# [EXERCISE INSTRUCTIONS]
Only one stretch of the records below is wanted: the lines from the one holding "# F0 (on Top) → F1 (new body)" through the one holding "A parametric FreeCAD". Return it exactly, both ends included.

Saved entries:

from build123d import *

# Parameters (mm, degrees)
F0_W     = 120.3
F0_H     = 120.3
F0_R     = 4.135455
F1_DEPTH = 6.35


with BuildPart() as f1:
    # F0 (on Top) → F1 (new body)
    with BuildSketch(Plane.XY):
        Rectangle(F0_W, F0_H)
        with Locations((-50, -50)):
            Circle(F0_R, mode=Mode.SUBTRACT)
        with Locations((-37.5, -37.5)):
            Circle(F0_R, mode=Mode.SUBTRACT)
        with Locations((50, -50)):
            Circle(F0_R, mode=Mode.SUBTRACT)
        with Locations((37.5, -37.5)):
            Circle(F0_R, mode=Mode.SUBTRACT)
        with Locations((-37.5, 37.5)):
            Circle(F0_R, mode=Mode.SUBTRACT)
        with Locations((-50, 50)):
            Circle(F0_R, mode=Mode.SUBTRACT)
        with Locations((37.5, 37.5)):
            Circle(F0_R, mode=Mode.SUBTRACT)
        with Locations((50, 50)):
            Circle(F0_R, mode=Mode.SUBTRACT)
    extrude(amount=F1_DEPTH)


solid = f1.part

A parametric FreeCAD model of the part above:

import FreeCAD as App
import Part
import Sketcher
from FreeCAD import Vector
Q = App.Units.Quantity

doc = App.newDocument("Part")
body = doc.addObject("PartDesign::Body", "Body")

# Sketch on XY plane
sketch1 = body.newObject("Sketcher::SketchObject", "Sketch")
sketch1.AttachmentSupport = (doc.getObject("XY_Plane"), [""])
sketch1.MapMode = "FlatFace"
sketch1.addGeometry([
    Part.LineSegment(Vector(-60.1, 60.1, 0), Vector(-60.1, -60.1, 0)),  # 0
    Part.LineSegment(Vector(-60.1, -60.1, 0), Vector(60.1, -60.1, 0)),  # 1
    Part.LineSegment(Vector(60.1, -60.1, 0), Vector(60.1, 60.1, 0)),  # 2
    Part.LineSegment(Vector(60.1, 60.1, 0), Vector(-60.1, 60.1, 0)),  # 3
    Part.Circle(Vector(-50, -50, 0), Vector(0, 0, 1), 4.1),  # 4
    Part.Circle(Vector(-37.5, -37.5, 0), Vector(0, 0, 1), 4.1),  # 5
    Part.Circle(Vector(50, -50, 0), Vector(0, 0, 1), 4.1),  # 6
    Part.Circle(Vector(37.5, -37.5, 0), Vector(0, 0, 1), 4.1),  # 7
    Part.Circle(Vector(-37.5, 37.5, 0), Vector(0, 0, 1), 4.1),  # 8
    Part.Circle(Vector(-50, 50, 0), Vector(0, 0, 1), 4.1),  # 9
    Part.Circle(Vector(37.5, 37.5, 0), Vector(0, 0, 1), 4.1),  # 10
    Part.Circle(Vector(50, 50, 0), Vector(0, 0, 1), 4.1),  # 11
], False)
sketch1.addConstraint([
    Sketcher.Constraint("Coincident", 0, 2, 1, 1),
    Sketcher.Constraint("Coincident", 1, 2, 2, 1),
    Sketcher.Constraint("Coincident", 2, 2, 3, 1),
    Sketcher.Constraint("Coincident", 3, 2, 0, 1),
    Sketcher.Constraint("Vertical", 0),
    Sketcher.Constraint("Horizontal", 1),
    Sketcher.Constraint("Vertical", 2),
    Sketcher.Constraint("Horizontal", 3),
    Sketcher.Constraint("Equal", 4, 5),
    Sketcher.Constraint("Equal", 5, 6),
    Sketcher.Constraint("Equal", 6, 7),
    Sketcher.Constraint("Equal", 7, 8),
    Sketcher.Constraint("Equal", 8, 9),
    Sketcher.Constraint("Equal", 9, 10),
    Sketcher.Constraint("Equal", 10, 11),
    Sketcher.Constraint("Symmetric", 7, 3, 8, 3, -1, 1),
    Sketcher.Constraint("Symmetric", 6, 3, 9, 3, -1, 1),
    Sketcher.Constraint("Symmetric", 5, 3, 10, 3, -1, 1),
    Sketcher.Constraint("Symmetric", 4, 3, 11, 3, -1, 1),
    Sketcher.Constraint("Symmetric", 0, 2, 2, 2, -1, 1),
    Sketcher.Constraint("Symmetric", 4, 3, 6, 3, -2),
    Sketcher.Constraint("Symmetric", 5, 3, 7, 3, -2),
    Sketcher.Constraint("Equal", 3, 0),
    Sketcher.Constraint("DistanceX", 1, 1, 1, 2, Q("120.3 mm")),
    Sketcher.Constraint("DistanceX", 4, 3, -1, 1, Q("50 mm")),
    Sketcher.Constraint("DistanceY", 4, 3, -1, 1, Q("50 mm")),
    Sketcher.Constraint("DistanceX", 5, 3, 7, 3, Q("75 mm")),
    Sketcher.Constraint("DistanceY", 5, 3, 8, 3, Q("75 mm")),
    Sketcher.Constraint("Diameter", 4, Q("8.27091 mm")),
])
pad1 = body.newObject("PartDesign::Pad", "Pad")
pad1.Profile = sketch1
pad1.Length = 6.35

doc.recompute()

# [SOLUTION TO THIS EXERCISE]
    # F0 (on Top) → F1 (new body)
    with BuildSketch(Plane.XY):
        Rectangle(F0_W, F0_H)
        with Locations((-50, -50)):
            Circle(F0_R, mode=Mode.SUBTRACT)
        with Locations((-37.5, -37.5)):
            Circle(F0_R, mode=Mode.SUBTRACT)
        with Locations((50, -50)):
            Circle(F0_R, mode=Mode.SUBTRACT)
        with Locations((37.5, -37.5)):
            Circle(F0_R, mode=Mode.SUBTRACT)
        with Locations((-37.5, 37.5)):
            Circle(F0_R, mode=Mode.SUBTRACT)
        with Locations((-50, 50)):
            Circle(F0_R, mode=Mode.SUBTRACT)
        with Locations((37.5, 37.5)):
            Circle(F0_R, mode=Mode.SUBTRACT)
        with Locations((50, 50)):
            Circle(F0_R, mode=Mode.SUBTRACT)
    extrude(amount=F1_DEPTH)


solid = f1.part

A parametric FreeCAD model of the part above:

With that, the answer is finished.